Each record beneath this line should be returned exactly as it is.

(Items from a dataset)
───

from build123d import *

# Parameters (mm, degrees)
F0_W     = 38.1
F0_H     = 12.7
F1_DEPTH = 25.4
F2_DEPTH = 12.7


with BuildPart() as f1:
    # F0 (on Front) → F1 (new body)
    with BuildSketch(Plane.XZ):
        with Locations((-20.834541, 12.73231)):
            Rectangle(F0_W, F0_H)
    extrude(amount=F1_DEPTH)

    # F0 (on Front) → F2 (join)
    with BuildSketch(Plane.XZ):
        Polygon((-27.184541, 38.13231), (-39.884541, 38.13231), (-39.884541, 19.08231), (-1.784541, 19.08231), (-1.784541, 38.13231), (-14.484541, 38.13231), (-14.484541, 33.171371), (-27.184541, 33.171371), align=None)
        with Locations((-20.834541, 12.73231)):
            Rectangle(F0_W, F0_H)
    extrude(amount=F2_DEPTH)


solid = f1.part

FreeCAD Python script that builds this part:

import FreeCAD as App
import Part
import Sketcher

V = App.Vector
Q = App.Units.Quantity


def add_polygon(sketch, points):
    """Adds a closed chain of lines whose ends are joined by coincident constraints."""
    first, n = sketch.GeometryCount, len(points)
    for a, b in zip(points, points[1:] + points[:1]):
        sketch.addGeometry(Part.LineSegment(App.Vector(*a, 0), App.Vector(*b, 0)), False)
    for i in range(n):
        sketch.addConstraint(Sketcher.Constraint("Coincident", first + i, 2, first + (i + 1) % n, 1))

doc = App.newDocument("Part")
params = doc.addObject("Spreadsheet::Sheet", "Params")
for row, (alias, value) in enumerate([
    ("sketch1_width", "1.5 in"),
    ("sketch1_height", "0.5 in"),
    ("pad1_length", "1 in"),
    ("sketch2_width", "0.5 in"),
    ("sketch2_height", "1.25 in"),
    ("pad2_length", "0.5 in"),
], start=1):
    params.set(f"A{row}", alias)
    params.set(f"B{row}", "=" + value)
    params.setAlias(f"B{row}", alias)

body = doc.addObject("PartDesign::Body", "Body")

# Sketch on XZ plane
sketch1 = body.newObject("Sketcher::SketchObject", "Sketch")
sketch1.AttachmentSupport = (doc.getObject("XZ_Plane"), [""])
sketch1.MapMode = "FlatFace"
add_polygon(sketch1, [(-39.884541, 19.08231), (-39.884541, 6.38231), (-1.784541, 6.38231), (-1.784541, 19.08231)])  # lines 0-3
sketch1.addConstraint([
    Sketcher.Constraint("Vertical", 0),
    Sketcher.Constraint("Horizontal", 1),
    Sketcher.Constraint("Vertical", 2),
    Sketcher.Constraint("Horizontal", 3),
    Sketcher.Constraint("DistanceX", 1, 1, 1, 2, Q("1.5 in")),
    Sketcher.Constraint("DistanceY", 0, 2, 0, 1, Q("0.5 in")),
    Sketcher.Constraint("DistanceX", 0, 2, -1, 1, Q("39.884541 mm")),
    Sketcher.Constraint("DistanceY", -1, 1, 0, 2, Q("6.38231 mm")),
])
sketch1.setExpression("Constraints[8]", "Params.sketch1_width")
sketch1.setExpression("Constraints[9]", "Params.sketch1_height")
pad1 = body.newObject("PartDesign::Pad", "Pad")
pad1.Profile = sketch1
pad1.setExpression("Length", "Params.pad1_length")

# Sketch on XZ plane
sketch2 = body.newObject("Sketcher::SketchObject", "Sketch001")
sketch2.AttachmentSupport = (doc.getObject("XZ_Plane"), [""])
sketch2.MapMode = "FlatFace"
add_polygon(sketch2, [(-27.184541, 38.13231), (-39.884541, 38.13231), (-39.884541, 6.38231), (-1.784541, 6.38231), (-1.784541, 38.13231), (-14.484541, 38.13231), (-14.484541, 33.171371), (-27.184541, 33.171371)])  # lines 0-7
sketch2.addConstraint([
    Sketcher.Constraint("Horizontal", 0),
    Sketcher.Constraint("Vertical", 1),
    Sketcher.Constraint("Horizontal", 2),
    Sketcher.Constraint("Vertical", 3),
    Sketcher.Constraint("Horizontal", 4),
    Sketcher.Constraint("Vertical", 5),
    Sketcher.Constraint("Horizontal", 6),
    Sketcher.Constraint("Vertical", 7),
    Sketcher.Constraint("Horizontal", 0, 2, 3, 2),
    Sketcher.Constraint("Equal", 0, 4),
    Sketcher.Constraint("Equal", 4, 6),
    Sketcher.Constraint("DistanceX", 0, 2, 0, 1, Q("0.5 in")),
    Sketcher.Constraint("DistanceY", 1, 2, 1, 1, Q("1.25 in")),
    Sketcher.Constraint("DistanceY", 5, 2, 5, 1, Q("4.960939 mm")),
    Sketcher.Constraint("DistanceX", 0, 2, -1, 1, Q("39.884541 mm")),
    Sketcher.Constraint("DistanceY", -1, 1, 0, 2, Q("38.13231 mm")),
])
sketch2.setExpression("Constraints[19]", "Params.sketch2_width")
sketch2.setExpression("Constraints[20]", "Params.sketch2_height")
pad2 = body.newObject("PartDesign::Pad", "Pad001")
pad2.Profile = sketch2
pad2.setExpression("Length", "Params.pad2_length")

doc.recompute()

───

§ Output for this task:
from build123d import *

# Parameters (mm, degrees)
F0_W     = 38.1
F0_H     = 12.7
F1_DEPTH = 25.4
F2_DEPTH = 12.7


with BuildPart() as f1:
    # F0 (on Front) → F1 (new body)
    with BuildSketch(Plane.XZ):
        with Locations((-20.834541, 12.73231)):
            Rectangle(F0_W, F0_H)
    extrude(amount=F1_DEPTH)

    # F0 (on Front) → F2 (join)
    with BuildSketch(Plane.XZ):
        Polygon((-27.184541, 38.13231), (-39.884541, 38.13231), (-39.884541, 19.08231), (-1.784541, 19.08231), (-1.784541, 38.13231), (-14.484541, 38.13231), (-14.484541, 33.171371), (-27.184541, 33.171371), align=None)
        with Locations((-20.834541, 12.73231)):
            Rectangle(F0_W, F0_H)
    extrude(amount=F2_DEPTH)


solid = f1.part

FreeCAD Python script that builds this part:

import FreeCAD as App
import Part
import Sketcher

V = App.Vector
Q = App.Units.Quantity


def add_polygon(sketch, points):
    """Adds a closed chain of lines whose ends are joined by coincident constraints."""
    first, n = sketch.GeometryCount, len(points)
    for a, b in zip(points, points[1:] + points[:1]):
        sketch.addGeometry(Part.LineSegment(App.Vector(*a, 0), App.Vector(*b, 0)), False)
    for i in range(n):
        sketch.addConstraint(Sketcher.Constraint("Coincident", first + i, 2, first + (i + 1) % n, 1))

doc = App.newDocument("Part")
params = doc.addObject("Spreadsheet::Sheet", "Params")
for row, (alias, value) in enumerate([
    ("sketch1_width", "1.5 in"),
    ("sketch1_height", "0.5 in"),
    ("pad1_length", "1 in"),
    ("sketch2_width", "0.5 in"),
    ("sketch2_height", "1.25 in"),
    ("pad2_length", "0.5 in"),
], start=1):
    params.set(f"A{row}", alias)
    params.set(f"B{row}", "=" + value)
    params.setAlias(f"B{row}", alias)

body = doc.addObject("PartDesign::Body", "Body")

# Sketch on XZ plane
sketch1 = body.newObject("Sketcher::SketchObject", "Sketch")
sketch1.AttachmentSupport = (doc.getObject("XZ_Plane"), [""])
sketch1.MapMode = "FlatFace"
add_polygon(sketch1, [(-39.884541, 19.08231), (-39.884541, 6.38231), (-1.784541, 6.38231), (-1.784541, 19.08231)])  # lines 0-3
sketch1.addConstraint([
    Sketcher.Constraint("Vertical", 0),
    Sketcher.Constraint("Horizontal", 1),
    Sketcher.Constraint("Vertical", 2),
    Sketcher.Constraint("Horizontal", 3),
    Sketcher.Constraint("DistanceX", 1, 1, 1, 2, Q("1.5 in")),
    Sketcher.Constraint("DistanceY", 0, 2, 0, 1, Q("0.5 in")),
    Sketcher.Constraint("DistanceX", 0, 2, -1, 1, Q("39.884541 mm")),
    Sketcher.Constraint("DistanceY", -1, 1, 0, 2, Q("6.38231 mm")),
])
sketch1.setExpression("Constraints[8]", "Params.sketch1_width")
sketch1.setExpression("Constraints[9]", "Params.sketch1_height")
pad1 = body.newObject("PartDesign::Pad", "Pad")
pad1.Profile = sketch1
pad1.setExpression("Length", "Params.pad1_length")

# Sketch on XZ plane
sketch2 = body.newObject("Sketcher::SketchObject", "Sketch001")
sketch2.AttachmentSupport = (doc.getObject("XZ_Plane"), [""])
sketch2.MapMode = "FlatFace"
add_polygon(sketch2, [(-27.184541, 38.13231), (-39.884541, 38.13231), (-39.884541, 6.38231), (-1.784541, 6.38231), (-1.784541, 38.13231), (-14.484541, 38.13231), (-14.484541, 33.171371), (-27.184541, 33.171371)])  # lines 0-7
sketch2.addConstraint([
    Sketcher.Constraint("Horizontal", 0),
    Sketcher.Constraint("Vertical", 1),
    Sketcher.Constraint("Horizontal", 2),
    Sketcher.Constraint("Vertical", 3),
    Sketcher.Constraint("Horizontal", 4),
    Sketcher.Constraint("Vertical", 5),
    Sketcher.Constraint("Horizontal", 6),
    Sketcher.Constraint("Vertical", 7),
    Sketcher.Constraint("Horizontal", 0, 2, 3, 2),
    Sketcher.Constraint("Equal", 0, 4),
    Sketcher.Constraint("Equal", 4, 6),
    Sketcher.Constraint("DistanceX", 0, 2, 0, 1, Q("0.5 in")),
    Sketcher.Constraint("DistanceY", 1, 2, 1, 1, Q("1.25 in")),
    Sketcher.Constraint("DistanceY", 5, 2, 5, 1, Q("4.960939 mm")),
    Sketcher.Constraint("DistanceX", 0, 2, -1, 1, Q("39.884541 mm")),
    Sketcher.Constraint("DistanceY", -1, 1, 0, 2, Q("38.13231 mm")),
])
sketch2.setExpression("Constraints[19]", "Params.sketch2_width")
sketch2.setExpression("Constraints[20]", "Params.sketch2_height")
pad2 = body.newObject("PartDesign::Pad", "Pad001")
pad2.Profile = sketch2
pad2.setExpression("Length", "Params.pad2_length")

doc.recompute()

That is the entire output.